Available data —
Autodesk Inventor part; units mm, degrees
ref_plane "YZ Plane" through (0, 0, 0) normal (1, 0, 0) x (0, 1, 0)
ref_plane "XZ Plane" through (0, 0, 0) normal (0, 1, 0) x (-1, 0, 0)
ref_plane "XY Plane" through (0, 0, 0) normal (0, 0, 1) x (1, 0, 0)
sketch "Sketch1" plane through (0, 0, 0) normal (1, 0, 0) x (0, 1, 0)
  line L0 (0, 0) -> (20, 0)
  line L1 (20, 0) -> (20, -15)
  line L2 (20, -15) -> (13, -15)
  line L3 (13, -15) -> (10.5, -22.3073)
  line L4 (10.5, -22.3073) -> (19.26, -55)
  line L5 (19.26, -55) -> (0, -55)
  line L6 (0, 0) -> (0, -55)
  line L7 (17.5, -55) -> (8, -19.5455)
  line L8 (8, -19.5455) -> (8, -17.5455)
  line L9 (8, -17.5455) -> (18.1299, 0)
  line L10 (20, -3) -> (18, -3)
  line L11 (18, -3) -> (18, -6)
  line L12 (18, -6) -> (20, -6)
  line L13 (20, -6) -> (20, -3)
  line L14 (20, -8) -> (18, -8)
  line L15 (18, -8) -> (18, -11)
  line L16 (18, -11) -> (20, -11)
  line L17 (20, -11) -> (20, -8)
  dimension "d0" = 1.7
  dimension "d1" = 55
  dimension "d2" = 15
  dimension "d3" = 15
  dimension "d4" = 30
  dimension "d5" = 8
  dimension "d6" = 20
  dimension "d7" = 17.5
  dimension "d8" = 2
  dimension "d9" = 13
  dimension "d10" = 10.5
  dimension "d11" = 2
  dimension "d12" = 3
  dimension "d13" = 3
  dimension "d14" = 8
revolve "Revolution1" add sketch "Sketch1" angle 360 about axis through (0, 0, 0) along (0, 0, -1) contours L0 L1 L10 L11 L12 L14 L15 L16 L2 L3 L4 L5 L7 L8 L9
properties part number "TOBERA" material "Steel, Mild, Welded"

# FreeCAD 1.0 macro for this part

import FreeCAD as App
import Part
import Sketcher

V = App.Vector
Q = App.Units.Quantity

doc = App.newDocument("Part")
body = doc.addObject("PartDesign::Body", "Body")

# Sketch on YZ plane
sketch1 = doc.addObject("Sketcher::SketchObject", "Sketch")
body.addObject(sketch1)
sketch1.AttachmentSupport = (doc.YZ_Plane, [""])
sketch1.MapMode = "FlatFace"
sketch1.addGeometry([
    Part.LineSegment(V(20, 0, 0), V(18.1299, 0, 0)),  # 0
    Part.LineSegment(V(18.1299, 0, 0), V(8, -17.5455, 0)),  # 1
    Part.LineSegment(V(8, -17.5455, 0), V(8, -19.5455, 0)),  # 2
    Part.LineSegment(V(8, -19.5455, 0), V(17.5, -55, 0)),  # 3
    Part.LineSegment(V(17.5, -55, 0), V(19.26, -55, 0)),  # 4
    Part.LineSegment(V(19.26, -55, 0), V(10.5, -22.3073, 0)),  # 5
    Part.LineSegment(V(10.5, -22.3073, 0), V(13, -15, 0)),  # 6
    Part.LineSegment(V(13, -15, 0), V(20, -15, 0)),  # 7
    Part.LineSegment(V(20, -15, 0), V(20, -11, 0)),  # 8
    Part.LineSegment(V(20, -11, 0), V(18, -11, 0)),  # 9
    Part.LineSegment(V(18, -11, 0), V(18, -8, 0)),  # 10
    Part.LineSegment(V(18, -8, 0), V(20, -8, 0)),  # 11
    Part.LineSegment(V(20, -8, 0), V(20, -6, 0)),  # 12
    Part.LineSegment(V(20, -6, 0), V(18, -6, 0)),  # 13
    Part.LineSegment(V(18, -6, 0), V(18, -3, 0)),  # 14
    Part.LineSegment(V(18, -3, 0), V(20, -3, 0)),  # 15
    Part.LineSegment(V(20, -3, 0), V(20, 0, 0)),  # 16
], False)
sketch1.addConstraint([
    Sketcher.Constraint("Coincident", 0, 2, 1, 1),
    Sketcher.Constraint("Coincident", 1, 2, 2, 1),
    Sketcher.Constraint("Coincident", 2, 2, 3, 1),
    Sketcher.Constraint("Coincident", 3, 2, 4, 1),
    Sketcher.Constraint("Coincident", 4, 2, 5, 1),
    Sketcher.Constraint("Coincident", 5, 2, 6, 1),
    Sketcher.Constraint("Coincident", 6, 2, 7, 1),
    Sketcher.Constraint("Coincident", 7, 2, 8, 1),
    Sketcher.Constraint("Coincident", 8, 2, 9, 1),
    Sketcher.Constraint("Coincident", 9, 2, 10, 1),
    Sketcher.Constraint("Coincident", 10, 2, 11, 1),
    Sketcher.Constraint("Coincident", 11, 2, 12, 1),
    Sketcher.Constraint("Coincident", 12, 2, 13, 1),
    Sketcher.Constraint("Coincident", 13, 2, 14, 1),
    Sketcher.Constraint("Coincident", 14, 2, 15, 1),
    Sketcher.Constraint("Coincident", 15, 2, 16, 1),
    Sketcher.Constraint("Coincident", 16, 2, 0, 1),
    Sketcher.Constraint("Horizontal", 0),
    Sketcher.Constraint("Vertical", 2),
    Sketcher.Constraint("Horizontal", 4),
    Sketcher.Constraint("Horizontal", 7),
    Sketcher.Constraint("Vertical", 8),
    Sketcher.Constraint("Horizontal", 9),
    Sketcher.Constraint("Vertical", 10),
    Sketcher.Constraint("Horizontal", 11),
    Sketcher.Constraint("Vertical", 12),
    Sketcher.Constraint("Horizontal", 13),
    Sketcher.Constraint("Vertical", 14),
    Sketcher.Constraint("Horizontal", 15),
    Sketcher.Constraint("Vertical", 16),
    Sketcher.Constraint("PointOnObject", 0, 2, -1),
    Sketcher.Constraint("Parallel", 3, 5),
    Sketcher.Constraint("Vertical", 8, 2, 11, 2),
    Sketcher.Constraint("Vertical", 10, 2, 13, 2),
    Sketcher.Constraint("Vertical", 12, 2, 15, 2),
    Sketcher.Constraint("Equal", 15, 2),
    Sketcher.Constraint("Equal", 2, 12),
    Sketcher.Constraint("Equal", 10, 14),
    Sketcher.Constraint("Equal", 14, 16),
    Sketcher.Constraint("DistanceX", 9, 2, 9, 1, 2.0),
    Sketcher.Constraint("DistanceY", 10, 1, 10, 2, 3.0),
    Sketcher.Constraint("DistanceX", -1, 1, 1, 2, 8.0),
    Sketcher.Constraint("DistanceY", 3, 2, -1, 1, 55.0),
    Sketcher.Constraint("DistanceX", -1, 1, 6, 2, 13.0),
    Sketcher.Constraint("DistanceY", 6, 2, -1, 1, 15.0),
    Sketcher.Constraint("DistanceX", -1, 1, 7, 2, 20.0),
    Sketcher.Constraint("DistanceX", -1, 1, 3, 2, 17.5),
    Sketcher.Constraint("DistanceX", -1, 1, 5, 2, 10.5),
    Sketcher.Constraint("Angle", 1, Q("-120 deg")),
    Sketcher.Constraint("Angle", 3, Q("-75 deg")),
    Sketcher.Constraint("DistanceX", 4, 1, 4, 2, 1.76),
])
revolution = doc.addObject("PartDesign::Revolution", "Revolution")
body.addObject(revolution)
revolution.Profile = sketch1
revolution.ReferenceAxis = (sketch1, ["V_Axis"])
revolution.Angle = 360

doc.recompute()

Assignment —
List every line above containing the word "normal".

Answer to this problem —
ref_plane "YZ Plane" through (0, 0, 0) normal (1, 0, 0) x (0, 1, 0)
ref_plane "XZ Plane" through (0, 0, 0) normal (0, 1, 0) x (-1, 0, 0)
ref_plane "XY Plane" through (0, 0, 0) normal (0, 0, 1) x (1, 0, 0)
sketch "Sketch1" plane through (0, 0, 0) normal (1, 0, 0) x (0, 1, 0)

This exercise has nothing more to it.